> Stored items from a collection

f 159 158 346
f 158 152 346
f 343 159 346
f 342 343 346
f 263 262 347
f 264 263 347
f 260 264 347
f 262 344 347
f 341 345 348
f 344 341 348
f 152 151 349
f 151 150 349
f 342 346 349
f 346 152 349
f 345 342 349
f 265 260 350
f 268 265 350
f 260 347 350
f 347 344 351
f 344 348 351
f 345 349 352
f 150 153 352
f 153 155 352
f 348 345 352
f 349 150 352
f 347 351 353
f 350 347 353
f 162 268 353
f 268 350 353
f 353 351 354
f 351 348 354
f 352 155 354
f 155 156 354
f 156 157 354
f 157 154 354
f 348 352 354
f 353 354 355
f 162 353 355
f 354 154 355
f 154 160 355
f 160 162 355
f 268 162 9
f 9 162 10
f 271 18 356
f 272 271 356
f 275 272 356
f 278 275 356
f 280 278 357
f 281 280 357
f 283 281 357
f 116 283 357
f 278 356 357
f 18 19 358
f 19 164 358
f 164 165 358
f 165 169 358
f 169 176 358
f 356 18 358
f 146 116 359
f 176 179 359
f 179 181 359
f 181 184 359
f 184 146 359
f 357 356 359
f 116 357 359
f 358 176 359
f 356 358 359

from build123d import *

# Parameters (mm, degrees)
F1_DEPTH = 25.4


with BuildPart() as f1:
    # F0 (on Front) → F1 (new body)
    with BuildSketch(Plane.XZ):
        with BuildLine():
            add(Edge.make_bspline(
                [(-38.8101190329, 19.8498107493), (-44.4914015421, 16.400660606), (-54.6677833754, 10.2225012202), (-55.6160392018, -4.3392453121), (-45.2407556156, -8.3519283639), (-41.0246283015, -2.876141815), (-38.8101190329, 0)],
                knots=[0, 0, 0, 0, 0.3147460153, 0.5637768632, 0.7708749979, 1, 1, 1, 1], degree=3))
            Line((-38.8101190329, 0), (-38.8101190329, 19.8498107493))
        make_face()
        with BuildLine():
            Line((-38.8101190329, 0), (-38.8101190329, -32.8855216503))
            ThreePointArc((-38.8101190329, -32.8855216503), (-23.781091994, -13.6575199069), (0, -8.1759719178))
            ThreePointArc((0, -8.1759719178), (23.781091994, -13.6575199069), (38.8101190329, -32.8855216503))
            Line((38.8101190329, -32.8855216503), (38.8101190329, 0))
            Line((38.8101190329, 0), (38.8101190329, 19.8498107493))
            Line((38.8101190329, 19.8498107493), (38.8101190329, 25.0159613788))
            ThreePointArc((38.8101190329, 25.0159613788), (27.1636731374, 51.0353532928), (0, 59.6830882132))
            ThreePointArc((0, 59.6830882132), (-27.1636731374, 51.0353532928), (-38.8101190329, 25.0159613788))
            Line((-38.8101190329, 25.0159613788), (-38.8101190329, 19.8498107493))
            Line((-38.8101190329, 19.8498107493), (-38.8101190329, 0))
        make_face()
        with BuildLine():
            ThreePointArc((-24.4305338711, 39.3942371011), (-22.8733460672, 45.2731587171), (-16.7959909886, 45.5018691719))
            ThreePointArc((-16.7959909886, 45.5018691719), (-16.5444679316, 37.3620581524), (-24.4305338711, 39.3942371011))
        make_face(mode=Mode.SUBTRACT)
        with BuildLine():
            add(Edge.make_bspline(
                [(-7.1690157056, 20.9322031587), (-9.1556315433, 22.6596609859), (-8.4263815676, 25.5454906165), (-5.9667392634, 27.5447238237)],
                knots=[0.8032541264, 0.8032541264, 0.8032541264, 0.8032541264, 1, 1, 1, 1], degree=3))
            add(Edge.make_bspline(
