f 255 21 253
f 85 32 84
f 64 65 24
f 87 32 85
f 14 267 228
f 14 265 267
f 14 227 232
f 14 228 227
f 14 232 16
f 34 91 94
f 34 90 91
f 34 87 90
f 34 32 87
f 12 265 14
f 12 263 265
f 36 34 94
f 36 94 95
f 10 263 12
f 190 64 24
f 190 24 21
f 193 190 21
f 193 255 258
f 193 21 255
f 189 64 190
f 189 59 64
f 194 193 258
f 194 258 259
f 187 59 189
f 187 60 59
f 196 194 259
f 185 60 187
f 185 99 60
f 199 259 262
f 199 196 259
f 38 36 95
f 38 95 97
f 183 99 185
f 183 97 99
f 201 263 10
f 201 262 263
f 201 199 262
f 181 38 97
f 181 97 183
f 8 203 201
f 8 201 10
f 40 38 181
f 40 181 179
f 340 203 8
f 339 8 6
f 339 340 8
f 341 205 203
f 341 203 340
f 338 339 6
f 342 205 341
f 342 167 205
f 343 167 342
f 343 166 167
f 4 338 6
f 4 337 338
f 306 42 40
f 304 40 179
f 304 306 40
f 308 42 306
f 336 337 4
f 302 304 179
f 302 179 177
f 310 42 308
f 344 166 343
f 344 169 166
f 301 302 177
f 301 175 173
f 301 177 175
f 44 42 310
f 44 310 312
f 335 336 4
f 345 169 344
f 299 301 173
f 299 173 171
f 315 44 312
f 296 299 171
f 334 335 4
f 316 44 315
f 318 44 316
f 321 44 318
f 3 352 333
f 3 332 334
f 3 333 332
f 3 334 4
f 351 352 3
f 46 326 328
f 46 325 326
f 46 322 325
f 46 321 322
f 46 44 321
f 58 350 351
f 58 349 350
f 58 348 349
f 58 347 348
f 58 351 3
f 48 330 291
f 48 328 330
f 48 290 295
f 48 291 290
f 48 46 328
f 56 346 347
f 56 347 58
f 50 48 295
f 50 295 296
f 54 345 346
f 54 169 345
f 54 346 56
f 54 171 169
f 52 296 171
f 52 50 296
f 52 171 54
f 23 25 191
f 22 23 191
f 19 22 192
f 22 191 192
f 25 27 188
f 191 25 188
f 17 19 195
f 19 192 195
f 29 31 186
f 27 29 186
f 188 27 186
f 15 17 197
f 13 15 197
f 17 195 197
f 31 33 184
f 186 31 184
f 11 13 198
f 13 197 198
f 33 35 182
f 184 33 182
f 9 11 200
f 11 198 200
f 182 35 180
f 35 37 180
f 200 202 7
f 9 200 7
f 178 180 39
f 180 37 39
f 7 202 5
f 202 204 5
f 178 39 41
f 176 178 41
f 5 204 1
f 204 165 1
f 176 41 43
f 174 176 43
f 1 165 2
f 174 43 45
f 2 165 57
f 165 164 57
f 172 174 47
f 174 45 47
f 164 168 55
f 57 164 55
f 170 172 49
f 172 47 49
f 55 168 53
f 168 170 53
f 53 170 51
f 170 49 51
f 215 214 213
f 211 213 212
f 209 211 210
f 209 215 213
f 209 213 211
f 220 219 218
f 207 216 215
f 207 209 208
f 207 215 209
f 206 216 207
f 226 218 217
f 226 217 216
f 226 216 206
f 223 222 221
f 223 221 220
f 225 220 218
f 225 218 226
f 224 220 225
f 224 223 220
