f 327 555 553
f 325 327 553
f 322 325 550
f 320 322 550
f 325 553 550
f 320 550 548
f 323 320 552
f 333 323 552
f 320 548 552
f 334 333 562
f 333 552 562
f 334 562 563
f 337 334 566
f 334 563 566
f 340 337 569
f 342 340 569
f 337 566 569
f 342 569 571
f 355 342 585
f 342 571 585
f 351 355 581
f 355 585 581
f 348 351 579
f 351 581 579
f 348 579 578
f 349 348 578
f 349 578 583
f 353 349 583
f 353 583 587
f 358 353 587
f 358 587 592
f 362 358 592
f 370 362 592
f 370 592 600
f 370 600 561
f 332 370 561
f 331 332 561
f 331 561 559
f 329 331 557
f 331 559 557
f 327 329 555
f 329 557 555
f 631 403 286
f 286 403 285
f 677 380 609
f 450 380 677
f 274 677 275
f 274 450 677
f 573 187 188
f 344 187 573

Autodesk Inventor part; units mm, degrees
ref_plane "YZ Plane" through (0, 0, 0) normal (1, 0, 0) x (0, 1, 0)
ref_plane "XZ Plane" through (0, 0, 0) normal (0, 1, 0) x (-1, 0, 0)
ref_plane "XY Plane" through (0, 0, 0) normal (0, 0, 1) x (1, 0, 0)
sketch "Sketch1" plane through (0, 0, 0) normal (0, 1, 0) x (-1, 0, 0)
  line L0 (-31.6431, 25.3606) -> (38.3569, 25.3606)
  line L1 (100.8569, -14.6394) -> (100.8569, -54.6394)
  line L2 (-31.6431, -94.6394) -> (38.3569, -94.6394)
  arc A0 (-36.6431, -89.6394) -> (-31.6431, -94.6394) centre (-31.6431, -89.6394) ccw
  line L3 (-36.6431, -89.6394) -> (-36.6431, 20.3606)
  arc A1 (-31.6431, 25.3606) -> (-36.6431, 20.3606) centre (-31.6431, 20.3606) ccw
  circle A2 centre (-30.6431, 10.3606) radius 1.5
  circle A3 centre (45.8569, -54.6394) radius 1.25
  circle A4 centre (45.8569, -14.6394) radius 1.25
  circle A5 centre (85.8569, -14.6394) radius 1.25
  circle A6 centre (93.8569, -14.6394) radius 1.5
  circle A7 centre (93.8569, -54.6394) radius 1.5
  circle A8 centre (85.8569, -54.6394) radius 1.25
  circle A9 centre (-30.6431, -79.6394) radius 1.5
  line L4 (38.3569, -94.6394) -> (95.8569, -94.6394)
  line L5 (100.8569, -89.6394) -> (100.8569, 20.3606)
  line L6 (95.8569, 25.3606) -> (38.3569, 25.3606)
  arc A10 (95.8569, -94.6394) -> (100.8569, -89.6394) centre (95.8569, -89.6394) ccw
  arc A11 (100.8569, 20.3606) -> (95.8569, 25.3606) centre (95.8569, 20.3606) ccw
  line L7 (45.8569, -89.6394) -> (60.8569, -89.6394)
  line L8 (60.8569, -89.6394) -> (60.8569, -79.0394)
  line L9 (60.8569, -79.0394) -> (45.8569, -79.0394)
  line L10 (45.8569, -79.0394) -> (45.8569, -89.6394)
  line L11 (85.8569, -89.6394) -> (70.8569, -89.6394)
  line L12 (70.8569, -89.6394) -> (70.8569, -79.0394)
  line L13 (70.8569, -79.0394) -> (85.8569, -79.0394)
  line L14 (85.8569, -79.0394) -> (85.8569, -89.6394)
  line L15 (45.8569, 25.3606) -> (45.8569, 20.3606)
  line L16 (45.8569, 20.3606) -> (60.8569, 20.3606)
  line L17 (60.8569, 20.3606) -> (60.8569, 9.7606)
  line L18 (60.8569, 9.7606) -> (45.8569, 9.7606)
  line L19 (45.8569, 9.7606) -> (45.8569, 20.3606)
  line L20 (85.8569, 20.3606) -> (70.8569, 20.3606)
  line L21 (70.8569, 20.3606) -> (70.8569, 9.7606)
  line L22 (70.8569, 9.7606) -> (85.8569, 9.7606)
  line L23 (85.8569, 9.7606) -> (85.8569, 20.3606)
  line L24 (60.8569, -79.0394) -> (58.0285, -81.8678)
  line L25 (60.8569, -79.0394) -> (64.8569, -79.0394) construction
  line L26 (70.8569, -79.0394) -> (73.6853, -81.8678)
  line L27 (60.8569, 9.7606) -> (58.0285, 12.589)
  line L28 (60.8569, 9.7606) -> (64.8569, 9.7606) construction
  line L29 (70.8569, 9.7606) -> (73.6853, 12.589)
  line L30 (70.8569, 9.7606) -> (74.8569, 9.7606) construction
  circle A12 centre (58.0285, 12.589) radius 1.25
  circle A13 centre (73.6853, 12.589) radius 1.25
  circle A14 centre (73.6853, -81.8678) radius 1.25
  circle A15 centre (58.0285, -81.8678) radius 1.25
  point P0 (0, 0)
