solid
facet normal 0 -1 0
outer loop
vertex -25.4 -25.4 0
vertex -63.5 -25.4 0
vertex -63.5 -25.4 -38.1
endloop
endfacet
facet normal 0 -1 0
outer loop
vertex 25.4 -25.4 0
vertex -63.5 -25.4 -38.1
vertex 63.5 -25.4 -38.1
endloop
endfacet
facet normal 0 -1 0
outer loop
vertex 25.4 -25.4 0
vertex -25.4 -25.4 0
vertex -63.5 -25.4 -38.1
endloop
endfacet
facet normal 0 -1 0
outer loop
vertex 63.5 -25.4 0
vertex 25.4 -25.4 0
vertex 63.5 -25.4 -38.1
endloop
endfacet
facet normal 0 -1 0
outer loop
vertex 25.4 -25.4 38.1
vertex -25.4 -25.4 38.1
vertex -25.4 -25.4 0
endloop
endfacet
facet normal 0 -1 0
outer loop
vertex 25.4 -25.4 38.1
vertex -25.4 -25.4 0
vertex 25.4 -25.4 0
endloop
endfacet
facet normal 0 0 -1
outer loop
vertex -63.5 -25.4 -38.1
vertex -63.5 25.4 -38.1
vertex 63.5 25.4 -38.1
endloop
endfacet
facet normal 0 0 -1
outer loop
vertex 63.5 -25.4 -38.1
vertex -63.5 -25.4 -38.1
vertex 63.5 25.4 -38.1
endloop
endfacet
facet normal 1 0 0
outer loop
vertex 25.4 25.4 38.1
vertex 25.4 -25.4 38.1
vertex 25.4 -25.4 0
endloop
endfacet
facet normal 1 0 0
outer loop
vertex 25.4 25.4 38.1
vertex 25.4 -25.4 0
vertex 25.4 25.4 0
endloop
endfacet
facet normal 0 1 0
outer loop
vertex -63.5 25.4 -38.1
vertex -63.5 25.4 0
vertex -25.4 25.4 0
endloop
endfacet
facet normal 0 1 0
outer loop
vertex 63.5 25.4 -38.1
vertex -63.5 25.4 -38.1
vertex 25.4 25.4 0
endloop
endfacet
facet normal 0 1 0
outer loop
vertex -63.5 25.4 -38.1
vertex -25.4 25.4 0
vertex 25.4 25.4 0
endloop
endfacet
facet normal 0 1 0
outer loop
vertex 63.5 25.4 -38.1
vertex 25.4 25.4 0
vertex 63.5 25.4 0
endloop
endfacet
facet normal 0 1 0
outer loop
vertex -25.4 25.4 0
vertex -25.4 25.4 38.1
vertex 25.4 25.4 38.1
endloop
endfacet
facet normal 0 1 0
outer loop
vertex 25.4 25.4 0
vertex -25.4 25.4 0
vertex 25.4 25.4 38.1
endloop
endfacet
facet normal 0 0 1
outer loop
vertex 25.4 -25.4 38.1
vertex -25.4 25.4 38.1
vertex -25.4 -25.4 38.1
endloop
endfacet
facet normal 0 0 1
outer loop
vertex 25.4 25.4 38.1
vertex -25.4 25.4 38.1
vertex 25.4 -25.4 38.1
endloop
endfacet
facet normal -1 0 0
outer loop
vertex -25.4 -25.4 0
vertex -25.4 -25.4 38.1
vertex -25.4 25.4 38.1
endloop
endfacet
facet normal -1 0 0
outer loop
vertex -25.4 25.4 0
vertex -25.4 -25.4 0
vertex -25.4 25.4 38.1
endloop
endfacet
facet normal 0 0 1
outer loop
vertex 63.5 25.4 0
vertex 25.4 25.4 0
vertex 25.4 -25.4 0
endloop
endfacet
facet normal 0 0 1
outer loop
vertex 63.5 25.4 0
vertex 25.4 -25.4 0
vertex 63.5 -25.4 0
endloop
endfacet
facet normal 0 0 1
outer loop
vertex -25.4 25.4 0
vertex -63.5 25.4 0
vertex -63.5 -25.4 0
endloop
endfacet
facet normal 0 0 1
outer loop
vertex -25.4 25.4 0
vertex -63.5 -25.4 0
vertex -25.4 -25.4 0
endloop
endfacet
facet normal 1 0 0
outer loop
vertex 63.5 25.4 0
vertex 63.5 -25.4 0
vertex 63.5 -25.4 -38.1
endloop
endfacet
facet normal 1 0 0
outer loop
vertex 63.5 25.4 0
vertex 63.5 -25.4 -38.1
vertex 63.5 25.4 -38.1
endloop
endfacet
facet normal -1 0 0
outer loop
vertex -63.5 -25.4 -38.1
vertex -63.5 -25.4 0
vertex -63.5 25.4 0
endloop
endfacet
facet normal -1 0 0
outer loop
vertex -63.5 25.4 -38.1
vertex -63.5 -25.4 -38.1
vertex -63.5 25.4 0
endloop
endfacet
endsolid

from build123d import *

# Parameters (mm, degrees)
F0_W     = 127
F0_H     = 50.8
F1_DEPTH = 38.1
F2_W     = 38.1
F2_H     = 50.8
F3_DEPTH = 25.4
F4_DEPTH = 38.1


with BuildPart() as f1:
    # F0 (on Top) → F1 (new body, symmetric)
    with BuildSketch(Plane.XY):
        Rectangle(F0_W, F0_H)
    extrude(amount=F1_DEPTH, both=True)

    # F2 (on face) → F3 (cut)
    with BuildSketch(Plane.XY.offset(38.1)):
        with Locations((-44.45, 0)):
            Rectangle(F2_W, F2_H)
        with Locations((44.45, 0)):
            Rectangle(F2_W, F2_H)
    extrude(amount=-F3_DEPTH, mode=Mode.SUBTRACT)

    # F2 (on face) → F4 (cut)
    with BuildSketch(Plane.XY.offset(38.1)):
        with Locations((-44.45, 0)):
            Rectangle(F2_W, F2_H)
        with Locations((44.45, 0)):
            Rectangle(F2_W, F2_H)
    extrude(amount=-F4_DEPTH, mode=Mode.SUBTRACT)


solid = f1.part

> REQUIRED WORK
From the entries above, give again exactly the lines running from the line with "f 321 44 318" to the line with "f 178 180 39"; include both of those lines.

> RESPONSE TO THIS TASK
f 321 44 318
f 3 352 333
f 3 332 334
f 3 333 332
f 3 334 4
f 351 352 3
f 46 326 328
f 46 325 326
f 46 322 325
f 46 321 322
f 46 44 321
f 58 350 351
f 58 349 350
f 58 348 349
f 58 347 348
f 58 351 3
f 48 330 291
f 48 328 330
f 48 290 295
f 48 291 290
f 48 46 328
f 56 346 347
f 56 347 58
f 50 48 295
f 50 295 296
f 54 345 346
f 54 169 345
f 54 346 56
f 54 171 169
f 52 296 171
f 52 50 296
f 52 171 54
f 23 25 191
f 22 23 191
f 19 22 192
f 22 191 192
f 25 27 188
f 191 25 188
f 17 19 195
f 19 192 195
f 29 31 186
f 27 29 186
f 188 27 186
f 15 17 197
f 13 15 197
f 17 195 197
f 31 33 184
f 186 31 184
f 11 13 198
f 13 197 198
f 33 35 182
f 184 33 182
f 9 11 200
f 11 198 200
f 182 35 180
f 35 37 180
f 200 202 7
f 9 200 7
f 178 180 39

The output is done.